Ouvrages génie civil : les digues et les barrages 

En France, il existe une grande variété de digues et de barrages en terre, qui s’explique par les différentes époques de construction, les différents matériaux utilisés dans leur édification, ainsi que par les modifications successives que les ouvrages ont connus depuis leur création (confortement, réparation, rehaussement…).

Définitions des ouvrages 

Les barrages et les digues sont des ouvrages hydrauliques construits dans le but de stocker les eaux ou de se protéger de leurs effets. Les barrages sont implantés perpendiculairement au cours d’eau ou à l’écoulement alors qu’en général les digues le sont longitudinalement. Les digues se séparent alors en deux grandes familles : les digues à charge hydraulique permanente assurant le stockage ou le transport de l’eau et les digues de protection contre les inondations (Royet and Mériaux 1998).

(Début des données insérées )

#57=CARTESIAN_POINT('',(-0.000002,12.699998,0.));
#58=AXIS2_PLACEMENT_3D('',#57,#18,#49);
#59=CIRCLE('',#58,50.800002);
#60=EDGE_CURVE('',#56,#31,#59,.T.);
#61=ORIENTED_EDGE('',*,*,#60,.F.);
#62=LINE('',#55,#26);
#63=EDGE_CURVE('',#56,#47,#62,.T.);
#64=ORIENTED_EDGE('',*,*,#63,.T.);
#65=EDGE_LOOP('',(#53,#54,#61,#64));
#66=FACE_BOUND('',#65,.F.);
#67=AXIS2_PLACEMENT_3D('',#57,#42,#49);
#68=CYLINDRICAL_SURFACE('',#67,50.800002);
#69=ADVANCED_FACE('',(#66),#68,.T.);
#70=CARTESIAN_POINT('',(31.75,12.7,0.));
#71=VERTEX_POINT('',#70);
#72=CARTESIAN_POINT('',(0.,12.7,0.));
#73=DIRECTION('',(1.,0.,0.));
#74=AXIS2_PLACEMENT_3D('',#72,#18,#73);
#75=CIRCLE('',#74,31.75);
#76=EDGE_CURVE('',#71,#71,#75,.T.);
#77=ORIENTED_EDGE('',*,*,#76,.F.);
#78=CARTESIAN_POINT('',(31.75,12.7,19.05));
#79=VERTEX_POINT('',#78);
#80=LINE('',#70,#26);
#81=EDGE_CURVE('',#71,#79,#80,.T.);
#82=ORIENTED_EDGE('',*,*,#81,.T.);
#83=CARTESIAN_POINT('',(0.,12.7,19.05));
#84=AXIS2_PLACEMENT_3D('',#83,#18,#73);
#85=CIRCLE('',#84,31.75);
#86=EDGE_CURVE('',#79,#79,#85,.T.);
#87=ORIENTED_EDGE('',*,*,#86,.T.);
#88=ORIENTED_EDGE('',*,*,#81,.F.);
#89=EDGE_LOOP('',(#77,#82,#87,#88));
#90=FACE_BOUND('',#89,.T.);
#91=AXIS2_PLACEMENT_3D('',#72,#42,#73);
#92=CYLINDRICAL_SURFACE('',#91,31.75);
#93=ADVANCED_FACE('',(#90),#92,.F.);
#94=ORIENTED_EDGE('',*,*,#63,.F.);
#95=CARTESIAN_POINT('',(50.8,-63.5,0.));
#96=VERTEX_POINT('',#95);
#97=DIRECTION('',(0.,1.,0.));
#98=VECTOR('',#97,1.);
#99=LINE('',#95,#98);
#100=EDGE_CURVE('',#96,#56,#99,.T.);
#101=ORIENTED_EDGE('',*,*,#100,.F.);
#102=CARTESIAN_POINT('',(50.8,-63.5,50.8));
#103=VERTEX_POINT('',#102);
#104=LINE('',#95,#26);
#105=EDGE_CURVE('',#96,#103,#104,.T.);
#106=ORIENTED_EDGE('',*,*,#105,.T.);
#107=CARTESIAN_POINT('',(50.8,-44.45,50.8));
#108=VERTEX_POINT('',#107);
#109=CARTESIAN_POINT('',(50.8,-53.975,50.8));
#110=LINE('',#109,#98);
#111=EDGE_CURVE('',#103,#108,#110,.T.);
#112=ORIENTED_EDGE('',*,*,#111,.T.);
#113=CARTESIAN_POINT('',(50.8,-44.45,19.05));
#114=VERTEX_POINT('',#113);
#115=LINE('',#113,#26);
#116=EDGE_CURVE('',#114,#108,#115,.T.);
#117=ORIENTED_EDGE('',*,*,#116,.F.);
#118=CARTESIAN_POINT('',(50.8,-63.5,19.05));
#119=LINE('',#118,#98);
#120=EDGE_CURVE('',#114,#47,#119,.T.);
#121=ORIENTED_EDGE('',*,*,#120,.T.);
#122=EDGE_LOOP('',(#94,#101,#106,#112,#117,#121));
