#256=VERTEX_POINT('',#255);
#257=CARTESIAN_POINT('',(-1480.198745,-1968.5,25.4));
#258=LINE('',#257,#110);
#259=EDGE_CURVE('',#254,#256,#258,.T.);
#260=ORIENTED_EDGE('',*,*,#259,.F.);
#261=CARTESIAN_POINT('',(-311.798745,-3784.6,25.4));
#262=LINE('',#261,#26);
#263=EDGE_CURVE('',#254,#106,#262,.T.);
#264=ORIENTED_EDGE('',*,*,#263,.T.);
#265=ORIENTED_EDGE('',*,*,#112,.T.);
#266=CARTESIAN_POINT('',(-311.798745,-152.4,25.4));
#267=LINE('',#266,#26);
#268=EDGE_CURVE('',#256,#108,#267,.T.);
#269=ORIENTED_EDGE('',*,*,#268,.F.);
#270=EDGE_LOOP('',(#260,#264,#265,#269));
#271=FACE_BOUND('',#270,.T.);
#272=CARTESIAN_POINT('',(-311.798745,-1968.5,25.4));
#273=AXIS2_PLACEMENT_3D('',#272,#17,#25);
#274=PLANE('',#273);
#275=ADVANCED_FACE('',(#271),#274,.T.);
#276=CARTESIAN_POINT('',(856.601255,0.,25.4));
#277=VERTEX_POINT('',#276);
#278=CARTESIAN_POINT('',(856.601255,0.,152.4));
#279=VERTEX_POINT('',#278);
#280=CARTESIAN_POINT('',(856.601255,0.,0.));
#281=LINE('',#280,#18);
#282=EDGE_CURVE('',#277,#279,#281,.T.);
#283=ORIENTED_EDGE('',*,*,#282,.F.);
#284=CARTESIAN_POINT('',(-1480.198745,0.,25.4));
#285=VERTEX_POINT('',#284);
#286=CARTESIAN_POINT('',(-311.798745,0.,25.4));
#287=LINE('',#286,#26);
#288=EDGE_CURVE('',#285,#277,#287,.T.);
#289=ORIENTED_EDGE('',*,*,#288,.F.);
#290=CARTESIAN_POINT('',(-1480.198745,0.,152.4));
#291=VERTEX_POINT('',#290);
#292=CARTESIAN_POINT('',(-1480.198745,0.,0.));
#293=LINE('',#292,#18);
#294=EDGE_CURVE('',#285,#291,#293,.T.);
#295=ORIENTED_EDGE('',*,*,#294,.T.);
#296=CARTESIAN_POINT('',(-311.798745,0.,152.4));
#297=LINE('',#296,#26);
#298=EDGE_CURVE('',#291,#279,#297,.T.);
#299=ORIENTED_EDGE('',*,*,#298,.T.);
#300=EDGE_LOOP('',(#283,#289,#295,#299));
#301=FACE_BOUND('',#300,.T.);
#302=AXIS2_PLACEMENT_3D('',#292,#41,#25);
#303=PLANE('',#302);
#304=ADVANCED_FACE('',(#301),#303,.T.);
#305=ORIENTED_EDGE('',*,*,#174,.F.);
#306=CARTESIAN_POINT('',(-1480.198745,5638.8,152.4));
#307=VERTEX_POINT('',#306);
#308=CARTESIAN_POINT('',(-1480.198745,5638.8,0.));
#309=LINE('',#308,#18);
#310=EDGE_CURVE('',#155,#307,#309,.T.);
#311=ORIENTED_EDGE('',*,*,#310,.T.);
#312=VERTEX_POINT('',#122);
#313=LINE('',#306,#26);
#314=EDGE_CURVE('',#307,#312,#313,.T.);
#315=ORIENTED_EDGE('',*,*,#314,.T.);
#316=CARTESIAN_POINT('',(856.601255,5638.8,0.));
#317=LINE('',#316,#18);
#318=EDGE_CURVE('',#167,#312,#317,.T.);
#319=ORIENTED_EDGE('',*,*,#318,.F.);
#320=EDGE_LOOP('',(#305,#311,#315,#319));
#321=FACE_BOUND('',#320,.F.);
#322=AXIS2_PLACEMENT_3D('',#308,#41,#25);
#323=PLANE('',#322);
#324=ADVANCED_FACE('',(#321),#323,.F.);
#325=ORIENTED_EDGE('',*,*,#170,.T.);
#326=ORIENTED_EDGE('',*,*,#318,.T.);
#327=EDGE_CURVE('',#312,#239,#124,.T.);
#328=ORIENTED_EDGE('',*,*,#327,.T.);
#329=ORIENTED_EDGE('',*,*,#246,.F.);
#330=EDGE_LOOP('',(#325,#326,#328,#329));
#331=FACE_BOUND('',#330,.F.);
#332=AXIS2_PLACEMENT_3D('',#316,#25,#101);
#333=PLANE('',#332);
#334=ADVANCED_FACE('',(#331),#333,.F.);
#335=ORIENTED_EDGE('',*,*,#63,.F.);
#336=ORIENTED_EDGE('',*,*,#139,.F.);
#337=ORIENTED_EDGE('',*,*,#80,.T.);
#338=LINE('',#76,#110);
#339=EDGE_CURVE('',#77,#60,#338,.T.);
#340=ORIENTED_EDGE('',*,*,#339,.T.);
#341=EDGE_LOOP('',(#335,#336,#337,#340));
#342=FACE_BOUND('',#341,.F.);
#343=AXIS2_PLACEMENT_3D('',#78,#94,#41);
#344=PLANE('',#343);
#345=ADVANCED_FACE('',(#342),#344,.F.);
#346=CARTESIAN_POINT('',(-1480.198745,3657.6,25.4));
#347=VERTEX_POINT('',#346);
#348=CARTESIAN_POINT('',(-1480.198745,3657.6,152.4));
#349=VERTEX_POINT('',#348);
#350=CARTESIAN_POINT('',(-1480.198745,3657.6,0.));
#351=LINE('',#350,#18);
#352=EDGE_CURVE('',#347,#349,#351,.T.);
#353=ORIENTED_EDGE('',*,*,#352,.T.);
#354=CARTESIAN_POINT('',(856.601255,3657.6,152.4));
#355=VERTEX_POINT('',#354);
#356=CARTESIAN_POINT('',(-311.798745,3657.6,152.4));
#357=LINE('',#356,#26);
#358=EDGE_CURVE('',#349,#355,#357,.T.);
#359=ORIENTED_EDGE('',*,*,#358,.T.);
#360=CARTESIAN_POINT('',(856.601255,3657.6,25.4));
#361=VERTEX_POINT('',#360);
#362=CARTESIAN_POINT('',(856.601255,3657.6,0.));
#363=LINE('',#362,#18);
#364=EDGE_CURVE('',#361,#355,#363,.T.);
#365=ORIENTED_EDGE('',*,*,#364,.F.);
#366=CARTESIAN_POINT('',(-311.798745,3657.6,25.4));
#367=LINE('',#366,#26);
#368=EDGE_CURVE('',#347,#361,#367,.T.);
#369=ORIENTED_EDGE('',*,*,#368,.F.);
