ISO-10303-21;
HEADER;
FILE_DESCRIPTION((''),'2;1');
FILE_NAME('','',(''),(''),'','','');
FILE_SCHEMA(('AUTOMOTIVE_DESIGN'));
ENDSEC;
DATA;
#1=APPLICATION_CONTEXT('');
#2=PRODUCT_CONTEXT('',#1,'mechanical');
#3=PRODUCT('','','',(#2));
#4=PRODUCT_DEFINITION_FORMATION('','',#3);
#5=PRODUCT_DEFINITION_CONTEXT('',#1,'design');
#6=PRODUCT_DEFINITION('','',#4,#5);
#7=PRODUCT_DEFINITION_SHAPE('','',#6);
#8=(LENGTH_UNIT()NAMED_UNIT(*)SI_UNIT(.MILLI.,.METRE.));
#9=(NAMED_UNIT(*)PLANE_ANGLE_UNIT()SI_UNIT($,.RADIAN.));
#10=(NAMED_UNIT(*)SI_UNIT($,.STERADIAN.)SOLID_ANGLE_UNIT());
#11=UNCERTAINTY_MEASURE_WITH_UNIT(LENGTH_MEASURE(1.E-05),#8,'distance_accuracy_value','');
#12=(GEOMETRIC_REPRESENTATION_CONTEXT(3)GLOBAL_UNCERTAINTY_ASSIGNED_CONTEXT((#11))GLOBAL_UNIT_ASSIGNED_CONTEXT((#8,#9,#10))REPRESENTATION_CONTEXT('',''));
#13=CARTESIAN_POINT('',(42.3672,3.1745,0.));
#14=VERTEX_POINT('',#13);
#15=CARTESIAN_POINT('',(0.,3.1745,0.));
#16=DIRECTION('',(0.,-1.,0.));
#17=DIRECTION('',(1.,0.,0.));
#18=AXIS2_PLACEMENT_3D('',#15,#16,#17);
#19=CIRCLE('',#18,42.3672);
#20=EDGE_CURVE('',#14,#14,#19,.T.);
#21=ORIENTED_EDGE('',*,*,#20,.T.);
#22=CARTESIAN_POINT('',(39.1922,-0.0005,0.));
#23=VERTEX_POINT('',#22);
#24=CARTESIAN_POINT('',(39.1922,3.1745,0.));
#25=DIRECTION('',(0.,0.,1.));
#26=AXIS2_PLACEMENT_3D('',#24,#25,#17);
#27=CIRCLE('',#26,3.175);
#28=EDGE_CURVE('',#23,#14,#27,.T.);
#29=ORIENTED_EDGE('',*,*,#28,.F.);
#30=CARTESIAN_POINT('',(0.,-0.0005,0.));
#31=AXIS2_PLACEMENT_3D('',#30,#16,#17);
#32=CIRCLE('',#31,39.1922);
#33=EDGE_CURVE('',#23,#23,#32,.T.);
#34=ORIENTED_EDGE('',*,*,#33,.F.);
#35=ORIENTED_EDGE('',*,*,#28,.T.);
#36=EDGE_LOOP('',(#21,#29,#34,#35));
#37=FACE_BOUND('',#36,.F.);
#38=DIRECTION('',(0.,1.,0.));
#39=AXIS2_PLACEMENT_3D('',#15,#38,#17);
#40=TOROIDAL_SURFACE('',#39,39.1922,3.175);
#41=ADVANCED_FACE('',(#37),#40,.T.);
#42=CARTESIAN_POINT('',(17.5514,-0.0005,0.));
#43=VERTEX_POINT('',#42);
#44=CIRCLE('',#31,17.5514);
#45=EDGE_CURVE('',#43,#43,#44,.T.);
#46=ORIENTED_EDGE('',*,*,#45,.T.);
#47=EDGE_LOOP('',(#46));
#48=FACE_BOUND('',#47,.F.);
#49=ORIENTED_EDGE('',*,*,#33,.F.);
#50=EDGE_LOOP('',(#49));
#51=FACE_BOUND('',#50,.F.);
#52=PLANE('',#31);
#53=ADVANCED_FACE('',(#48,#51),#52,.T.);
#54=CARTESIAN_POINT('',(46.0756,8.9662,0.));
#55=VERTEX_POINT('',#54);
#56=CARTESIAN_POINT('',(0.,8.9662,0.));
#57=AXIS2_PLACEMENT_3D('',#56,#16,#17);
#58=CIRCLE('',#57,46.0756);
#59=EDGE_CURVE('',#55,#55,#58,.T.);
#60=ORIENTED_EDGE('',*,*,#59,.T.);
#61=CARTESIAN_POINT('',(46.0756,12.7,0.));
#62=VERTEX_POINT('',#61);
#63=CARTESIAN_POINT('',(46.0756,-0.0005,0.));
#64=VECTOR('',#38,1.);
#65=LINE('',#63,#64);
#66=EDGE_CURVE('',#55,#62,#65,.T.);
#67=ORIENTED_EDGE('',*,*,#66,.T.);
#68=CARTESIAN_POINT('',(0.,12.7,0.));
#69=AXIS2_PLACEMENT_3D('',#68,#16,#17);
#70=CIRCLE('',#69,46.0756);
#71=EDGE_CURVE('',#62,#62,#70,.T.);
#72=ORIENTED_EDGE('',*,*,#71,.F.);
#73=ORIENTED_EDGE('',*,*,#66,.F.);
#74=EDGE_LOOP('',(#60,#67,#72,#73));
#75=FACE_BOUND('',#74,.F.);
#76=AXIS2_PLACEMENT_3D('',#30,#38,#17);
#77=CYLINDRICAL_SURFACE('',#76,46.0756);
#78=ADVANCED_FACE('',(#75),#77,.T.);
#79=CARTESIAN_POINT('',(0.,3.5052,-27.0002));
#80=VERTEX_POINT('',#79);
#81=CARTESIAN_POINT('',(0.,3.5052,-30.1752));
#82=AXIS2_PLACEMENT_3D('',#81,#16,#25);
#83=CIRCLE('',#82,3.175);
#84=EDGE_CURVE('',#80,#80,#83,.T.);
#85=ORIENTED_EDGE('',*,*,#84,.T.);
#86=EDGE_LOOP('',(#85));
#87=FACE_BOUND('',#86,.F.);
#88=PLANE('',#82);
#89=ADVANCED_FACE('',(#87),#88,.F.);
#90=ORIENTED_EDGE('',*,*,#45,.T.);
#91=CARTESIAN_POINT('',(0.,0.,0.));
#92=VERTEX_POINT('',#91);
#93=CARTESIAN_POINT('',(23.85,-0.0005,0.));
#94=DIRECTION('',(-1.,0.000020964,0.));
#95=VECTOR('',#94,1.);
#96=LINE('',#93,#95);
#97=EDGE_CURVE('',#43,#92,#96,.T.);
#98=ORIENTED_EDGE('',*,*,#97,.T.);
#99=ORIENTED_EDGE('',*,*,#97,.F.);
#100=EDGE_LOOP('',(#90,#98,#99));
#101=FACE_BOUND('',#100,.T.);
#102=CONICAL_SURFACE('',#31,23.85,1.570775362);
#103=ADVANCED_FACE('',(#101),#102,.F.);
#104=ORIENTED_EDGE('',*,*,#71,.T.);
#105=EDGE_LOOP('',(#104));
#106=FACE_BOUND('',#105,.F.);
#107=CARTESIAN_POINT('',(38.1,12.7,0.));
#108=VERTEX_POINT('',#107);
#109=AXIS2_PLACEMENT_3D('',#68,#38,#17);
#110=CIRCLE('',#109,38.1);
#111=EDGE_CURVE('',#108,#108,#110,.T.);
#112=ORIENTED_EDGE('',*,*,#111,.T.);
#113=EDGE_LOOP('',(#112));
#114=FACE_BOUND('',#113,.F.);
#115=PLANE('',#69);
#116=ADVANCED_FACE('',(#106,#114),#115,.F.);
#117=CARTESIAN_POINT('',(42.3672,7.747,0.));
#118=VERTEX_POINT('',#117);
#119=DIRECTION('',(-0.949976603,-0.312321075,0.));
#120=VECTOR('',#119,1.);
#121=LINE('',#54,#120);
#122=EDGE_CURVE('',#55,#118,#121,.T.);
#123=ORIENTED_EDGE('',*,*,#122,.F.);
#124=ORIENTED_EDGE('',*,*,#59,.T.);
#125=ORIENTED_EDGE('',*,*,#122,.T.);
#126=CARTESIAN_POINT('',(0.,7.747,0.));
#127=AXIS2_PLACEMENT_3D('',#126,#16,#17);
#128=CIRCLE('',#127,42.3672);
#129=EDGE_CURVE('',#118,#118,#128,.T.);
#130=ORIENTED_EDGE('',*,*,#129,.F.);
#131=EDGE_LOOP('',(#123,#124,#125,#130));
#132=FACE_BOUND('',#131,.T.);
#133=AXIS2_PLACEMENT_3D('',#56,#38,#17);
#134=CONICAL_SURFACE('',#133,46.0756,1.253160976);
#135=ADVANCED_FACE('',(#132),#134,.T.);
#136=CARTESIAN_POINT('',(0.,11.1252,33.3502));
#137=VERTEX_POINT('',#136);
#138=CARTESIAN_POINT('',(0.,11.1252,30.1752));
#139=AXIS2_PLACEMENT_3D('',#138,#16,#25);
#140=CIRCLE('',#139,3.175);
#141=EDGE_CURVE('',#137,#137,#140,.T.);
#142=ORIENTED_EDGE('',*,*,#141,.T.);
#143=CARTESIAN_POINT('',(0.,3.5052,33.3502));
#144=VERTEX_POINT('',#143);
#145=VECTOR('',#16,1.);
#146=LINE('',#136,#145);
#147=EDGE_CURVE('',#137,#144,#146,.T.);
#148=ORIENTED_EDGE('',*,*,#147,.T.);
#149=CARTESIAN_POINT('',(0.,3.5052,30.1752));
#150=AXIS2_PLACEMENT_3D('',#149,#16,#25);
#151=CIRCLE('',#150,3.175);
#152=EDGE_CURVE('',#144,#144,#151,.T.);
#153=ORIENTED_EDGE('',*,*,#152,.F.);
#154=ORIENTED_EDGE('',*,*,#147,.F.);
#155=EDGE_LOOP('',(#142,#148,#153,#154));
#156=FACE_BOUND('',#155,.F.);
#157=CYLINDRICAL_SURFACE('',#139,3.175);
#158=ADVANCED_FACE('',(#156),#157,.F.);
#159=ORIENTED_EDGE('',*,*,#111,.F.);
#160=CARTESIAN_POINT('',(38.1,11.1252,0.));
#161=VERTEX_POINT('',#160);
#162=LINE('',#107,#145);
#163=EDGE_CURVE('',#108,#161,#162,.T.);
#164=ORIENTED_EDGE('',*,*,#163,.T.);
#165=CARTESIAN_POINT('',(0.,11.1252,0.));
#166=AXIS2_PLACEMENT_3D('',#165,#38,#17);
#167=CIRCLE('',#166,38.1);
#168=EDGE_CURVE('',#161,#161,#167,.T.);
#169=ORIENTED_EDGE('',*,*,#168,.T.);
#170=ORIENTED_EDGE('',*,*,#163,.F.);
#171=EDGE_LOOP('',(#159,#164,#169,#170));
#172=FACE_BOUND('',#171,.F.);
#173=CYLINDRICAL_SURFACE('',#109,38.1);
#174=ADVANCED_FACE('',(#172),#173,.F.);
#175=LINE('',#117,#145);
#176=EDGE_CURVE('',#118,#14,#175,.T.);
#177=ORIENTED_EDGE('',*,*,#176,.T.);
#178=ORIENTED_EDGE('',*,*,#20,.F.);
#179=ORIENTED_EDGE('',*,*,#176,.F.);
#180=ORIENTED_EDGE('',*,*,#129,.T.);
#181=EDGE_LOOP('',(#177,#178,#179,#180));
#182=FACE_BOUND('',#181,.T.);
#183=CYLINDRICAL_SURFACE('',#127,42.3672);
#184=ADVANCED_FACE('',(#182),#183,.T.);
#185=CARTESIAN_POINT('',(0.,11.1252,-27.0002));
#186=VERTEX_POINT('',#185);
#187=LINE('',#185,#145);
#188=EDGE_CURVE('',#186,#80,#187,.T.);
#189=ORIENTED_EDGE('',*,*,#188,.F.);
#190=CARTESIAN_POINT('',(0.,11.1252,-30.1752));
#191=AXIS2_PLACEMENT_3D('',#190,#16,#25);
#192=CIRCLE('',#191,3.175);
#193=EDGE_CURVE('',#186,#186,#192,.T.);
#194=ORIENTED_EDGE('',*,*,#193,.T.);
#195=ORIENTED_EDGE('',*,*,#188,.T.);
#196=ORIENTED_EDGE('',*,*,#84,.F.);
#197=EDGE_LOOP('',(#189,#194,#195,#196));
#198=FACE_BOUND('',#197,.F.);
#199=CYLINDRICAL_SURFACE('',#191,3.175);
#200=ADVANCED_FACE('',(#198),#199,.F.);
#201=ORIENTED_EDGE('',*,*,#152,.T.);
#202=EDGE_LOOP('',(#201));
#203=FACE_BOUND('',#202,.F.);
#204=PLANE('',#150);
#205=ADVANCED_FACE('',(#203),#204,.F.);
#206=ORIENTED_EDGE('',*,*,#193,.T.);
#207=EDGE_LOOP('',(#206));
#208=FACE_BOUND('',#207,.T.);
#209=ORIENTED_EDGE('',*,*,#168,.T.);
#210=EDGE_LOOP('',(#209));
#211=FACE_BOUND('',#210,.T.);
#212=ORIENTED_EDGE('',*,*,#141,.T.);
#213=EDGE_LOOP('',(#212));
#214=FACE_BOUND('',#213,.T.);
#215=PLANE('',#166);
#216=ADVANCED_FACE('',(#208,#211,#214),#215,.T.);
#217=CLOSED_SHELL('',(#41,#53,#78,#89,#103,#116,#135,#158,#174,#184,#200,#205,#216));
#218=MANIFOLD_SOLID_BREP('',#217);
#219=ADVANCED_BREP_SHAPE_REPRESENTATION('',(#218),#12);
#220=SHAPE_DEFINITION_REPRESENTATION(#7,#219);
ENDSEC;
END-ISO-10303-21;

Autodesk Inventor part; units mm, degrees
ref_plane "YZ Plane" through (0, 0, 0) normal (1, 0, 0) x (0, 1, 0)
ref_plane "XZ Plane" through (0, 0, 0) normal (0, 1, 0) x (-1, 0, 0)
ref_plane "XY Plane" through (0, 0, 0) normal (0, 0, 1) x (1, 0, 0)
sketch "Sketch1" plane through (0, 0, 0) normal (0, 0, 1) x (1, 0, 0)
  line L0 (23.85, -0.0005) -> (46.0756, -0.0005)
  line L1 (46.0756, -0.0005) -> (46.0756, 12.7)
  line L2 (46.0756, 12.7) -> (0, 12.7)
  line L3 (0, 12.7) -> (0, 0)
  line L4 (17.5514, 12.7) -> (17.5514, -0.0005)
  line L5 (46.0756, 8.9662) -> (42.3672, 8.9662)
  line L6 (42.3672, 7.747) -> (42.3672, -0.0005)
  line L7 (46.0756, 7.747) -> (42.3672, 7.747)
  line L8 (46.0756, 8.9662) -> (42.3672, 7.747)
  line L9 (0, 11.1252) -> (0, 12.7)
  line L10 (17.5514, -0.0005) -> (23.85, -0.0005)
  line L11 (23.85, -0.0005) -> (23.85, -0.0005)
  line L12 (23.85, -0.0005) -> (0, -0.0005)
  line L13 (0, -0.0005) -> (0, 0)
  point P0 (17.5514, -0.0005)
  dimension "d0" = 46.0756
  dimension "d1" = 12.7
  dimension "d2" = 17.5514
  dimension "d3" = 3.7338
  dimension "d4" = 42.3672
  dimension "d6" = 4.953
  dimension "d14" = 23.85
  dimension "d15" = 0
revolve "Revolution1" add sketch "Sketch1" angle 360 about axis through (0, 12.7, 0) along (0, -1, 0) contours L10 L4 L2 L1 L8 L6 L0 | L12 L3 L2 L4
sketch "Sketch2" plane through (0, 12.7, 0) normal (0, 1, 0) x (1, 0, 0)
  circle A0 centre (0, 0) radius 38.1
  point P0 (0, 0)
  dimension "d11" = 76.2
extrude "Extrusion1" cut sketch "Sketch2" against normal blind 1.5748
sketch "Sketch5" plane through (0, 11.1252, 0) normal (0, 1, 0) x (1, 0, 0)
  circle A0 centre (0, 0) radius 30.1752
  point P0 (0, 0)
  point P1 (0, 30.1752)
  point P2 (0, -30.1752)
  dimension "d35" = 60.3504
hole "Hole3" at (0, 11.1252, -30.1752) at (0, 11.1252, 30.1752) direction (0, -1, 0) diameter 6.35 depth 7.62
fillet "Fillet1" radius 3.175 1 edges at (-42.3672, -0.0005, 0)
properties part number "2016.06.09 Mount Adapter Blank"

● Les digues à charge hydraulique permanente correspondent principalement à des digues de navigation, de dérivation ou d’irrigation. On compte, pour les petits canaux de navigation, environ 10 ruptures par an sur les 6 700 km de canaux navigables (Daly et al. 2005). Il s’agit souvent de digues très hétérogènes, mal connues des gestionnaires d’ouvrages, à l’exception des digues récentes d’aménagements hydroélectriques (Rhône et Rhin).
● Les digues de protection contre les crues sont des ouvrages dont une partie est construite au-dessus du terrain naturel afin de contenir épisodiquement un flux d’eau supérieur à la moyenne (Mériaux et al. 2003). L’essentiel du parc de ce type de digues est ancien et leur constitution est généralement très mal connue par les gestionnaires sauf pour les quelques ouvrages ayant fait l’objet d’un diagnostic approfondi récent à l’appui de sondages géotechniques.

Les digues sont dans leur grande majorité réalisées en terre (ou remblai), s’agissant d’un matériau peu couteux s’il est disponible à proximité de l’emprise des travaux et adapté à la construction d’ouvrages à long linéaire (terrassements en déblai remblai). Deux types de conception sont possibles :
– La digue homogène : le même matériau de remblai assure les fonctions d’étanchéité et de stabilité mécanique de l’ouvrage (exemples : digues de Camargue en limon étanche, digues d’aménagement hydroélectrique du Rhône en matériau semiperméable). Une couche imperméable ou non (par exemple : des dalles en béton ou un perré) peut venir s’ajouter en amont (côté cours d’eau ou canal) à ce type de configuration pour renforcer l’étanchéité ou protéger de l’érosion externe.
– La digue zonée : un noyau compacté argileux ou limoneux constitue la barrière imperméable de l’ouvrage, située au centre de l’édifice constitué de matériaux plus perméables (matériaux sablo-graveleux, enrochements,) disposés en recharges. On se rapproche alors d’une conception de type grand barrage en remblai.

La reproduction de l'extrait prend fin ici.